The problem
The answer must be every entry, given again word for word.

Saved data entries
■ ■ ■ ■ ■ ■ ■

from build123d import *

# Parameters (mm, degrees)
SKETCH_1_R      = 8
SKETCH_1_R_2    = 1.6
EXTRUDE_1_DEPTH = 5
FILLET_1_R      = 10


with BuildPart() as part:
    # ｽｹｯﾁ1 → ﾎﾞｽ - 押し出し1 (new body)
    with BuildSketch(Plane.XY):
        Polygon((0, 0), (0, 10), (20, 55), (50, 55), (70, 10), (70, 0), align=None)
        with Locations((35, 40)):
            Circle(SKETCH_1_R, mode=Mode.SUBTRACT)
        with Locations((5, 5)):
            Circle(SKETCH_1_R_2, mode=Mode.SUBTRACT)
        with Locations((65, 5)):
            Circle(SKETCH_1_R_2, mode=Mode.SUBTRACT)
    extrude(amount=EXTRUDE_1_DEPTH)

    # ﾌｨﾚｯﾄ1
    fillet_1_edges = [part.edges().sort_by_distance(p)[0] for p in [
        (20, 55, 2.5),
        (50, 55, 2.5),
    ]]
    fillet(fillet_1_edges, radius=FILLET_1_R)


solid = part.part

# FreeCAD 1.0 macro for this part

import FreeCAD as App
import Part
import Sketcher

V = App.Vector


def edges_at(feature, points):
    """Names of the edges that pass closest to the given points."""
    edges = feature.Shape.Edges
    near = lambda p: min(range(len(edges)), key=lambda i: edges[i].distToShape(Part.Vertex(*p))[0])
    return sorted({f"Edge{near(p) + 1}" for p in points})


def add_polygon(sketch, points):
    """Adds a closed chain of lines whose ends are joined by coincident constraints."""
    first, n = sketch.GeometryCount, len(points)
    for a, b in zip(points, points[1:] + points[:1]):
        sketch.addGeometry(Part.LineSegment(App.Vector(*a, 0), App.Vector(*b, 0)), False)
    for i in range(n):
        sketch.addConstraint(Sketcher.Constraint("Coincident", first + i, 2, first + (i + 1) % n, 1))

doc = App.newDocument("Part")
body = doc.addObject("PartDesign::Body", "Body")

# Sketch on XY plane
sketch1 = body.newObject("Sketcher::SketchObject", "Sketch")
sketch1.AttachmentSupport = (doc.getObject("XY_Plane"), [""])
sketch1.MapMode = "FlatFace"
add_polygon(sketch1, [(0, 10), (0, 0), (70, 0), (70, 10), (50, 55), (20, 55)])  # lines 0-5
sketch1.addGeometry(Part.Circle(V(65, 5, 0), V(0, 0, 1), 1.6), False)  # 6
sketch1.addGeometry(Part.Circle(V(5, 5, 0), V(0, 0, 1), 1.6), False)  # 7
sketch1.addGeometry(Part.Circle(V(35, 40, 0), V(0, 0, 1), 8), False)  # 8
sketch1.addConstraint(Sketcher.Constraint("Vertical", 0))
sketch1.addConstraint(Sketcher.Constraint("Horizontal", 1))
sketch1.addConstraint(Sketcher.Constraint("Vertical", 2))
sketch1.addConstraint(Sketcher.Constraint("Horizontal", 4))
sketch1.addConstraint(Sketcher.Constraint("Coincident", 0, 2, -1, 1))
sketch1.addConstraint(Sketcher.Constraint("Equal", 6, 7))
sketch1.addConstraint(Sketcher.Constraint("Horizontal", 6, 3, 7, 3))
sketch1.addConstraint(Sketcher.Constraint("Horizontal", 2, 2, 5, 2))
sketch1.addConstraint(Sketcher.Constraint("Equal", 3, 5))
sketch1.addConstraint(Sketcher.Constraint("Diameter", 8, 16.0))
sketch1.addConstraint(Sketcher.Constraint("Diameter", 6, 3.2))
sketch1.addConstraint(Sketcher.Constraint("DistanceX", 1, 1, 1, 2, 70.0))
sketch1.addConstraint(Sketcher.Constraint("DistanceX", 4, 2, 4, 1, 30.0))
sketch1.addConstraint(Sketcher.Constraint("DistanceY", 0, 2, 0, 1, 10.0))
sketch1.addConstraint(Sketcher.Constraint("DistanceX", -1, 1, 6, 3, 65.0))
sketch1.addConstraint(Sketcher.Constraint("DistanceY", -1, 1, 6, 3, 5.0))
sketch1.addConstraint(Sketcher.Constraint("DistanceX", -1, 1, 7, 3, 5.0))
sketch1.addConstraint(Sketcher.Constraint("DistanceX", -1, 1, 8, 3, 35.0))
sketch1.addConstraint(Sketcher.Constraint("DistanceY", -1, 1, 8, 3, 40.0))
sketch1.addConstraint(Sketcher.Constraint("DistanceY", -1, 1, 3, 2, 55.0))
pad1 = body.newObject("PartDesign::Pad", "Pad")
pad1.Profile = sketch1
pad1.Length = 5
doc.recompute()

fillet = body.newObject("PartDesign::Fillet", "Fillet")
fillet.Base = (pad1, edges_at(pad1, [(20, 55, 2.5), (50, 55, 2.5)]))
fillet.Radius = 10

doc.recompute()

■ ■ ■ ■ ■ ■ ■

Finished task
from build123d import *

# Parameters (mm, degrees)
SKETCH_1_R      = 8
SKETCH_1_R_2    = 1.6
EXTRUDE_1_DEPTH = 5
FILLET_1_R      = 10


with BuildPart() as part:
    # ｽｹｯﾁ1 → ﾎﾞｽ - 押し出し1 (new body)
    with BuildSketch(Plane.XY):
        Polygon((0, 0), (0, 10), (20, 55), (50, 55), (70, 10), (70, 0), align=None)
        with Locations((35, 40)):
            Circle(SKETCH_1_R, mode=Mode.SUBTRACT)
        with Locations((5, 5)):
            Circle(SKETCH_1_R_2, mode=Mode.SUBTRACT)
        with Locations((65, 5)):
            Circle(SKETCH_1_R_2, mode=Mode.SUBTRACT)
    extrude(amount=EXTRUDE_1_DEPTH)

    # ﾌｨﾚｯﾄ1
    fillet_1_edges = [part.edges().sort_by_distance(p)[0] for p in [
        (20, 55, 2.5),
        (50, 55, 2.5),
    ]]
    fillet(fillet_1_edges, radius=FILLET_1_R)


solid = part.part

# FreeCAD 1.0 macro for this part

import FreeCAD as App
import Part
import Sketcher

V = App.Vector


def edges_at(feature, points):
    """Names of the edges that pass closest to the given points."""
    edges = feature.Shape.Edges
    near = lambda p: min(range(len(edges)), key=lambda i: edges[i].distToShape(Part.Vertex(*p))[0])
    return sorted({f"Edge{near(p) + 1}" for p in points})


def add_polygon(sketch, points):
    """Adds a closed chain of lines whose ends are joined by coincident constraints."""
    first, n = sketch.GeometryCount, len(points)
    for a, b in zip(points, points[1:] + points[:1]):
        sketch.addGeometry(Part.LineSegment(App.Vector(*a, 0), App.Vector(*b, 0)), False)
    for i in range(n):
        sketch.addConstraint(Sketcher.Constraint("Coincident", first + i, 2, first + (i + 1) % n, 1))

doc = App.newDocument("Part")
body = doc.addObject("PartDesign::Body", "Body")

# Sketch on XY plane
sketch1 = body.newObject("Sketcher::SketchObject", "Sketch")
sketch1.AttachmentSupport = (doc.getObject("XY_Plane"), [""])
sketch1.MapMode = "FlatFace"
add_polygon(sketch1, [(0, 10), (0, 0), (70, 0), (70, 10), (50, 55), (20, 55)])  # lines 0-5
sketch1.addGeometry(Part.Circle(V(65, 5, 0), V(0, 0, 1), 1.6), False)  # 6
sketch1.addGeometry(Part.Circle(V(5, 5, 0), V(0, 0, 1), 1.6), False)  # 7
sketch1.addGeometry(Part.Circle(V(35, 40, 0), V(0, 0, 1), 8), False)  # 8
sketch1.addConstraint(Sketcher.Constraint("Vertical", 0))
sketch1.addConstraint(Sketcher.Constraint("Horizontal", 1))
sketch1.addConstraint(Sketcher.Constraint("Vertical", 2))
sketch1.addConstraint(Sketcher.Constraint("Horizontal", 4))
sketch1.addConstraint(Sketcher.Constraint("Coincident", 0, 2, -1, 1))
sketch1.addConstraint(Sketcher.Constraint("Equal", 6, 7))
sketch1.addConstraint(Sketcher.Constraint("Horizontal", 6, 3, 7, 3))
sketch1.addConstraint(Sketcher.Constraint("Horizontal", 2, 2, 5, 2))
sketch1.addConstraint(Sketcher.Constraint("Equal", 3, 5))
sketch1.addConstraint(Sketcher.Constraint("Diameter", 8, 16.0))
sketch1.addConstraint(Sketcher.Constraint("Diameter", 6, 3.2))
sketch1.addConstraint(Sketcher.Constraint("DistanceX", 1, 1, 1, 2, 70.0))
sketch1.addConstraint(Sketcher.Constraint("DistanceX", 4, 2, 4, 1, 30.0))
sketch1.addConstraint(Sketcher.Constraint("DistanceY", 0, 2, 0, 1, 10.0))
sketch1.addConstraint(Sketcher.Constraint("DistanceX", -1, 1, 6, 3, 65.0))
sketch1.addConstraint(Sketcher.Constraint("DistanceY", -1, 1, 6, 3, 5.0))
sketch1.addConstraint(Sketcher.Constraint("DistanceX", -1, 1, 7, 3, 5.0))
sketch1.addConstraint(Sketcher.Constraint("DistanceX", -1, 1, 8, 3, 35.0))
sketch1.addConstraint(Sketcher.Constraint("DistanceY", -1, 1, 8, 3, 40.0))
sketch1.addConstraint(Sketcher.Constraint("DistanceY", -1, 1, 3, 2, 55.0))
pad1 = body.newObject("PartDesign::Pad", "Pad")
pad1.Profile = sketch1
pad1.Length = 5
doc.recompute()

fillet = body.newObject("PartDesign::Fillet", "Fillet")
fillet.Base = (pad1, edges_at(pad1, [(20, 55, 2.5), (50, 55, 2.5)]))
fillet.Radius = 10

doc.recompute()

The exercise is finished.